WORK INSTRUCTION => Everything from the line with "#221=ADVANCED_FACE('',(#217),#220,.F.);" down to the last line of the material below must be written out exactly. Leave out all other lines.

AVAILABLE DATA =>

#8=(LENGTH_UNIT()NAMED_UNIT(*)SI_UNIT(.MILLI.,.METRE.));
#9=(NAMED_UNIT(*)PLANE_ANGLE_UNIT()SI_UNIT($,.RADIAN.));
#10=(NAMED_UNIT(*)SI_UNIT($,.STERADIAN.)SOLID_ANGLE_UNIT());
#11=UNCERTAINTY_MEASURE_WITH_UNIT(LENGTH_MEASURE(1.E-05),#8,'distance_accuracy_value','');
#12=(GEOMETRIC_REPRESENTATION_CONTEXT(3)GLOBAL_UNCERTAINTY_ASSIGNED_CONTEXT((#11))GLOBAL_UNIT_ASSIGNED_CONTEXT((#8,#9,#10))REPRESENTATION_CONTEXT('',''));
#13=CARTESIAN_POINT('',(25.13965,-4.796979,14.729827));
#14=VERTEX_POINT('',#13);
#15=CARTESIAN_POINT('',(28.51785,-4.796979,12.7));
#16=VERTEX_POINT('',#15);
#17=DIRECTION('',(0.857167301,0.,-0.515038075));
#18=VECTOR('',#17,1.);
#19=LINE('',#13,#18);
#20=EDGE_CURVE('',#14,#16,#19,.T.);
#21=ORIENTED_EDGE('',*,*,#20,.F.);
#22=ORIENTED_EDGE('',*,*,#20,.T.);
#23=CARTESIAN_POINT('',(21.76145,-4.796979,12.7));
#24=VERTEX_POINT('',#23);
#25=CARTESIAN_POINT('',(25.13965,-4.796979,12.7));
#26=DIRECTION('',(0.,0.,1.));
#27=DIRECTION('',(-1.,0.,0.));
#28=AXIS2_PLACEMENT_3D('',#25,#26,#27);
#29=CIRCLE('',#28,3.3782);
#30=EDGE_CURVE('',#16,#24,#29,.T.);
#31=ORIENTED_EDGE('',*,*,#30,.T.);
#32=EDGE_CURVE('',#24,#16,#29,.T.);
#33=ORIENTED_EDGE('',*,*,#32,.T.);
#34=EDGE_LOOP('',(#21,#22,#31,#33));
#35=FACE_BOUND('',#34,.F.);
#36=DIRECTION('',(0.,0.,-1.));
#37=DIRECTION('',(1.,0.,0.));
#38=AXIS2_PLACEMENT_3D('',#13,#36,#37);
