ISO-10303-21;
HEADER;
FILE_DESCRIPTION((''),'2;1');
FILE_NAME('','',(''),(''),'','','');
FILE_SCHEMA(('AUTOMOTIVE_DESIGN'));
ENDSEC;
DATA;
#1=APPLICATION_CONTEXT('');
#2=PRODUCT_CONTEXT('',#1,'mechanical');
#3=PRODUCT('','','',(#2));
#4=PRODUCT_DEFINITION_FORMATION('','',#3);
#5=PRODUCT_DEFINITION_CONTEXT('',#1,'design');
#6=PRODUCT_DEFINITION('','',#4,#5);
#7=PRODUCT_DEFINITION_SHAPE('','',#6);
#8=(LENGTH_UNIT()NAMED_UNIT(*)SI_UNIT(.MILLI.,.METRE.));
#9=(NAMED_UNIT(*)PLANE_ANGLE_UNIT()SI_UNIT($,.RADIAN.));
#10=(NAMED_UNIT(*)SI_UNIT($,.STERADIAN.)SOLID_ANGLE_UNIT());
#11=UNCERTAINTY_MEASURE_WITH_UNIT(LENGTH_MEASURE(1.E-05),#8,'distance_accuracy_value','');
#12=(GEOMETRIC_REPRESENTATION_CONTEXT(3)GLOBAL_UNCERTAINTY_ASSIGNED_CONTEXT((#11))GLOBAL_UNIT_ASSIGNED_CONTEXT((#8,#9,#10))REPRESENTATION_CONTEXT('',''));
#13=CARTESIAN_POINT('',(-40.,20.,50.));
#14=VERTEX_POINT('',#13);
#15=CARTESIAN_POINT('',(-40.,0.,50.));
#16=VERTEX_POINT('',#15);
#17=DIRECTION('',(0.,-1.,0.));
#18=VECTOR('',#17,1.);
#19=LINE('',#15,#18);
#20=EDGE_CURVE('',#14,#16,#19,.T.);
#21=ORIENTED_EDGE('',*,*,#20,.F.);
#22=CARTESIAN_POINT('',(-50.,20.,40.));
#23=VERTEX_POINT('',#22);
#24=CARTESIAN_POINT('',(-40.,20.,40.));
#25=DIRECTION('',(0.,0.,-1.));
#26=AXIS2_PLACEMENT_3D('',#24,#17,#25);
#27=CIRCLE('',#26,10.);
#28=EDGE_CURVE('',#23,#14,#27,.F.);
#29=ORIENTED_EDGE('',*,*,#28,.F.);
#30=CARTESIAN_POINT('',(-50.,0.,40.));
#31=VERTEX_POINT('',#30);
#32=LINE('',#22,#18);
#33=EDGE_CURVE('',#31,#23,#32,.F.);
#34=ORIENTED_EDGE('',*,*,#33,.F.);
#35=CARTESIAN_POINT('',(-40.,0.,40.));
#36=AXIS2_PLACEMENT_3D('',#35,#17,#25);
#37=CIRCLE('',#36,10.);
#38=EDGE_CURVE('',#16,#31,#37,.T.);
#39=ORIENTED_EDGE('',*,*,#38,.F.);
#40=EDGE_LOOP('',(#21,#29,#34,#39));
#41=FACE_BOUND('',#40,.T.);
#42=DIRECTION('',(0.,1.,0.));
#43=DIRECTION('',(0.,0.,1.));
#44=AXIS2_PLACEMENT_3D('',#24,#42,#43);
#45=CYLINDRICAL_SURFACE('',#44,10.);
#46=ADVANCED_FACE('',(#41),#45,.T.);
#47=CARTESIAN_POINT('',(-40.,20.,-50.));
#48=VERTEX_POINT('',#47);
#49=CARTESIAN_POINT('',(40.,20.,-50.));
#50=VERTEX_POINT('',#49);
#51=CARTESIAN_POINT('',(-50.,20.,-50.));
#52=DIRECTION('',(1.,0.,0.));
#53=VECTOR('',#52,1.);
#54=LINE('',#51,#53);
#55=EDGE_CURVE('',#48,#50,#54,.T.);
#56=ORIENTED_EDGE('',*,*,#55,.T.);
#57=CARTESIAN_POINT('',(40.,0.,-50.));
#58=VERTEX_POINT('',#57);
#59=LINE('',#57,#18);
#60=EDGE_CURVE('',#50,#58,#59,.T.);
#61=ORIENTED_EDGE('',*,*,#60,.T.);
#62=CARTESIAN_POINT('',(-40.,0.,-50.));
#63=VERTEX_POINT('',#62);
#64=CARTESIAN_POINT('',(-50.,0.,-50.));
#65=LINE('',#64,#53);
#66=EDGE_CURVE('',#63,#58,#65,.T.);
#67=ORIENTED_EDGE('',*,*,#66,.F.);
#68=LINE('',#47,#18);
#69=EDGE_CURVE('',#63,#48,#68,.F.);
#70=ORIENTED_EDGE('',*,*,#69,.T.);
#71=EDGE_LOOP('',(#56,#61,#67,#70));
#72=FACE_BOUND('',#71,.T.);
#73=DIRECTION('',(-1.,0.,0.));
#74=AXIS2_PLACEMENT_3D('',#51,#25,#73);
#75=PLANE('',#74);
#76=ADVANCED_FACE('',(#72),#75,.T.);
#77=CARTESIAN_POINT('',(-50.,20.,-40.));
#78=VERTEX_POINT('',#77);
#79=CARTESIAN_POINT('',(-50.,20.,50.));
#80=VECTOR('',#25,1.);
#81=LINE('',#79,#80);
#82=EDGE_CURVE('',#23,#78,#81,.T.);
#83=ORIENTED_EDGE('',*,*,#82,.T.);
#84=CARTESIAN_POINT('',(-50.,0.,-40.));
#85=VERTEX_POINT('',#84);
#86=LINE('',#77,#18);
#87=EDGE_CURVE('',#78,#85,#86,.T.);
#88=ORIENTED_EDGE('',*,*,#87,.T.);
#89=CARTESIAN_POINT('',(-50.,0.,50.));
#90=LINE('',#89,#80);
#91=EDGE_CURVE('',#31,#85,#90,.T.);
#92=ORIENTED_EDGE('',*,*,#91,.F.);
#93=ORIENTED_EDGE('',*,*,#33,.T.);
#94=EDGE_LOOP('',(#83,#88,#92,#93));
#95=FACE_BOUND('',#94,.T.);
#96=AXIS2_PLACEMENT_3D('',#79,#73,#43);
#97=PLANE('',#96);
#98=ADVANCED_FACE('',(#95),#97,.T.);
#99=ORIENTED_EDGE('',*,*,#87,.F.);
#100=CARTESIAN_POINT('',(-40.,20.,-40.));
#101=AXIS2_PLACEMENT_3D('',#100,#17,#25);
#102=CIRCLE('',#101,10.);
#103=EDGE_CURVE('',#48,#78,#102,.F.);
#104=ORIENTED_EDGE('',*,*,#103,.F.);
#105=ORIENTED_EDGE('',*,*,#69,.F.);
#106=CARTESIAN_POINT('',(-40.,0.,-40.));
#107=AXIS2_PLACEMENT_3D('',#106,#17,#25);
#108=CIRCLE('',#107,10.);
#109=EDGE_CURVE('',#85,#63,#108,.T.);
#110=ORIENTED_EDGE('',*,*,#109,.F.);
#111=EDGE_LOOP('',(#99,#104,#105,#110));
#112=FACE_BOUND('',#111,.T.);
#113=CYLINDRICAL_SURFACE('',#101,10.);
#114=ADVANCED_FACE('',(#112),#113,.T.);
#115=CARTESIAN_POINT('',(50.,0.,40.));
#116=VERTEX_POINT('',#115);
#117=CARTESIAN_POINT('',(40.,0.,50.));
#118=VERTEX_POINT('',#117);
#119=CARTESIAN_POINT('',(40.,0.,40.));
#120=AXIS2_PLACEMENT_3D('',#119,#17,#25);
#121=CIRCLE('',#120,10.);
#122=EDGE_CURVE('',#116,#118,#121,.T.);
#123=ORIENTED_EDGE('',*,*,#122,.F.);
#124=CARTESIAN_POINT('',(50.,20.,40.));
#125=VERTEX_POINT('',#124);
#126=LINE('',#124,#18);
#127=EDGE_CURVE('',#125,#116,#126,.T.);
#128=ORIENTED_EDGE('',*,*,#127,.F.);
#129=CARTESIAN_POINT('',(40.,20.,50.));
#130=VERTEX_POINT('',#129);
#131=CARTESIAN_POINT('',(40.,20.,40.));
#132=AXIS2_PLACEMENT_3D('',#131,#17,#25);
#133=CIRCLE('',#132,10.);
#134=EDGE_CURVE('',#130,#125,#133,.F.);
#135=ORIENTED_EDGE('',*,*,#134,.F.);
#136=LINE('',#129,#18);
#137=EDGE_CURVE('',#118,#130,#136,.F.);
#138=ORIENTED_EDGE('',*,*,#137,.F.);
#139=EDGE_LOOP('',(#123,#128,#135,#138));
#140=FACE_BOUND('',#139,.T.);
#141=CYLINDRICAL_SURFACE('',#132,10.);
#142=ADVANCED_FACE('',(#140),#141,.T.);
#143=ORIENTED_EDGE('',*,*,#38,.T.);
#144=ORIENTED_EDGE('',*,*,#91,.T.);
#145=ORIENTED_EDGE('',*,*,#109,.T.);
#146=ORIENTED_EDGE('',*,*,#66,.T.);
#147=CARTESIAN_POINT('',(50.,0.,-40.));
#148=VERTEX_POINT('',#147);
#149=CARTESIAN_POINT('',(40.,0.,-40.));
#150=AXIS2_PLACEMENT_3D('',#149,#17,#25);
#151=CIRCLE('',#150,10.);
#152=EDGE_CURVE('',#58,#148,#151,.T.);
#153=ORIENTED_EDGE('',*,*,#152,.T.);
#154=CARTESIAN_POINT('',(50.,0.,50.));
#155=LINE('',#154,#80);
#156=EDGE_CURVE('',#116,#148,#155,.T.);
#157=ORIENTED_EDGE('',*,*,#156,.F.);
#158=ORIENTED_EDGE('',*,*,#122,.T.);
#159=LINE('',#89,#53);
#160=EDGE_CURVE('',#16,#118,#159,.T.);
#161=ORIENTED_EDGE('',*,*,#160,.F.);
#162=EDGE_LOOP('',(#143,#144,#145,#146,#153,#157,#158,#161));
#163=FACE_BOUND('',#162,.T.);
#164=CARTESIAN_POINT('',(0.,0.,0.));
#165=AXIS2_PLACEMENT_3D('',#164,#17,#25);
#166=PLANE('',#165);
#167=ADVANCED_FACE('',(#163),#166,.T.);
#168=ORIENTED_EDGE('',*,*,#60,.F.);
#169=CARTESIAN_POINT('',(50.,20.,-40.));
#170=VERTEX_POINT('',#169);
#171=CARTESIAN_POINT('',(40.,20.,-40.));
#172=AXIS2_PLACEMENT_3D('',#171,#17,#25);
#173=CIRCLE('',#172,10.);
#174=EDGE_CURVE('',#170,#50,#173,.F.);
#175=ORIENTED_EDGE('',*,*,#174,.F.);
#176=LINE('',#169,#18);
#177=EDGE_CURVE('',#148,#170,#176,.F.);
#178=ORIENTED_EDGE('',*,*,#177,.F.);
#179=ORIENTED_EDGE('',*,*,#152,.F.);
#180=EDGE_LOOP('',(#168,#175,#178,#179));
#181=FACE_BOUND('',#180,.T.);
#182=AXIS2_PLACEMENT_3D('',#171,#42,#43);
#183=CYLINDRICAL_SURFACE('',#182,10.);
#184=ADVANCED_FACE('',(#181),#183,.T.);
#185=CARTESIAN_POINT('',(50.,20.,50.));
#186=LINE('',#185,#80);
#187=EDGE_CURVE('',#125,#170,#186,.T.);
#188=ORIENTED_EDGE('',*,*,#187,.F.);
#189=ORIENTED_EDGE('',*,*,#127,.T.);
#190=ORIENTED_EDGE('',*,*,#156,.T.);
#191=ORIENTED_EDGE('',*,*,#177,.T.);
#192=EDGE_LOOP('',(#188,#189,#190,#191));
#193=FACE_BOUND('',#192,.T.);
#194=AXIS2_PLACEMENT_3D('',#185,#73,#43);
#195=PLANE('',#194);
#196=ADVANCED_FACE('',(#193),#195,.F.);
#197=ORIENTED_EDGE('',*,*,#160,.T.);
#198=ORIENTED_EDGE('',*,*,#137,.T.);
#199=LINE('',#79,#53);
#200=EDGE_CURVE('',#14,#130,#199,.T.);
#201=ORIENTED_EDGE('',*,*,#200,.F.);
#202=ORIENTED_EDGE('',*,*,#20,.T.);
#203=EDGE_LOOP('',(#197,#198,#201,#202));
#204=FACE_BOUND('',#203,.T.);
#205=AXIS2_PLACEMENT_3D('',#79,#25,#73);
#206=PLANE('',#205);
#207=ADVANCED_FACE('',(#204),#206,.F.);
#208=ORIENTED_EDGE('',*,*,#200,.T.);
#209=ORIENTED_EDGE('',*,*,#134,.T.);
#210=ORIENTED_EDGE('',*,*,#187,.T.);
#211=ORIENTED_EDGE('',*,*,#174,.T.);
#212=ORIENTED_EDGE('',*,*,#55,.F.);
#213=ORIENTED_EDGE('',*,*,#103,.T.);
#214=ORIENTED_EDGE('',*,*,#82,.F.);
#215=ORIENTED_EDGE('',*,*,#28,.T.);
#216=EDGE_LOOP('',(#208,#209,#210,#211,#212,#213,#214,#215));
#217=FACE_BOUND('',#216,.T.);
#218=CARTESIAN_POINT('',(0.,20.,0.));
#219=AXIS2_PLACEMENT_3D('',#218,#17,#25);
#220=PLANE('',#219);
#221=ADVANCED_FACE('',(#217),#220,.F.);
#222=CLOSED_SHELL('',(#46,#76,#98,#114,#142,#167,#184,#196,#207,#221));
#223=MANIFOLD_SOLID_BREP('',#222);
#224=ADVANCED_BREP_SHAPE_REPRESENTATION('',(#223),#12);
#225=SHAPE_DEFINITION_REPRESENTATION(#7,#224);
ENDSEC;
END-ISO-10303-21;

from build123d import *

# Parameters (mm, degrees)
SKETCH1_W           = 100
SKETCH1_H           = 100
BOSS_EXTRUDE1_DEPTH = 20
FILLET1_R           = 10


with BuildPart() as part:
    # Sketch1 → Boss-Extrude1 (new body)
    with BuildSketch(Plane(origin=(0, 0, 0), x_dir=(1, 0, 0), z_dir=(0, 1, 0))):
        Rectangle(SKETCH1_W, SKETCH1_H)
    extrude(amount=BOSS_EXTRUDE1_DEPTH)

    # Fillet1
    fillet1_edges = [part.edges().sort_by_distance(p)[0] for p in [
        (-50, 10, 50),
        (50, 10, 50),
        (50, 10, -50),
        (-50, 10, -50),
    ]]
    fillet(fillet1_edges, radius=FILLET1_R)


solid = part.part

EXPECTED ANSWER =>
#221=ADVANCED_FACE('',(#217),#220,.F.);
#222=CLOSED_SHELL('',(#46,#76,#98,#114,#142,#167,#184,#196,#207,#221));
#223=MANIFOLD_SOLID_BREP('',#222);
#224=ADVANCED_BREP_SHAPE_REPRESENTATION('',(#223),#12);
#225=SHAPE_DEFINITION_REPRESENTATION(#7,#224);
ENDSEC;
END-ISO-10303-21;

from build123d import *

# Parameters (mm, degrees)
SKETCH1_W           = 100
SKETCH1_H           = 100
BOSS_EXTRUDE1_DEPTH = 20
FILLET1_R           = 10


with BuildPart() as part:
    # Sketch1 → Boss-Extrude1 (new body)
    with BuildSketch(Plane(origin=(0, 0, 0), x_dir=(1, 0, 0), z_dir=(0, 1, 0))):
        Rectangle(SKETCH1_W, SKETCH1_H)
    extrude(amount=BOSS_EXTRUDE1_DEPTH)

    # Fillet1
    fillet1_edges = [part.edges().sort_by_distance(p)[0] for p in [
        (-50, 10, 50),
        (50, 10, 50),
        (50, 10, -50),
        (-50, 10, -50),
    ]]
    fillet(fillet1_edges, radius=FILLET1_R)


solid = part.part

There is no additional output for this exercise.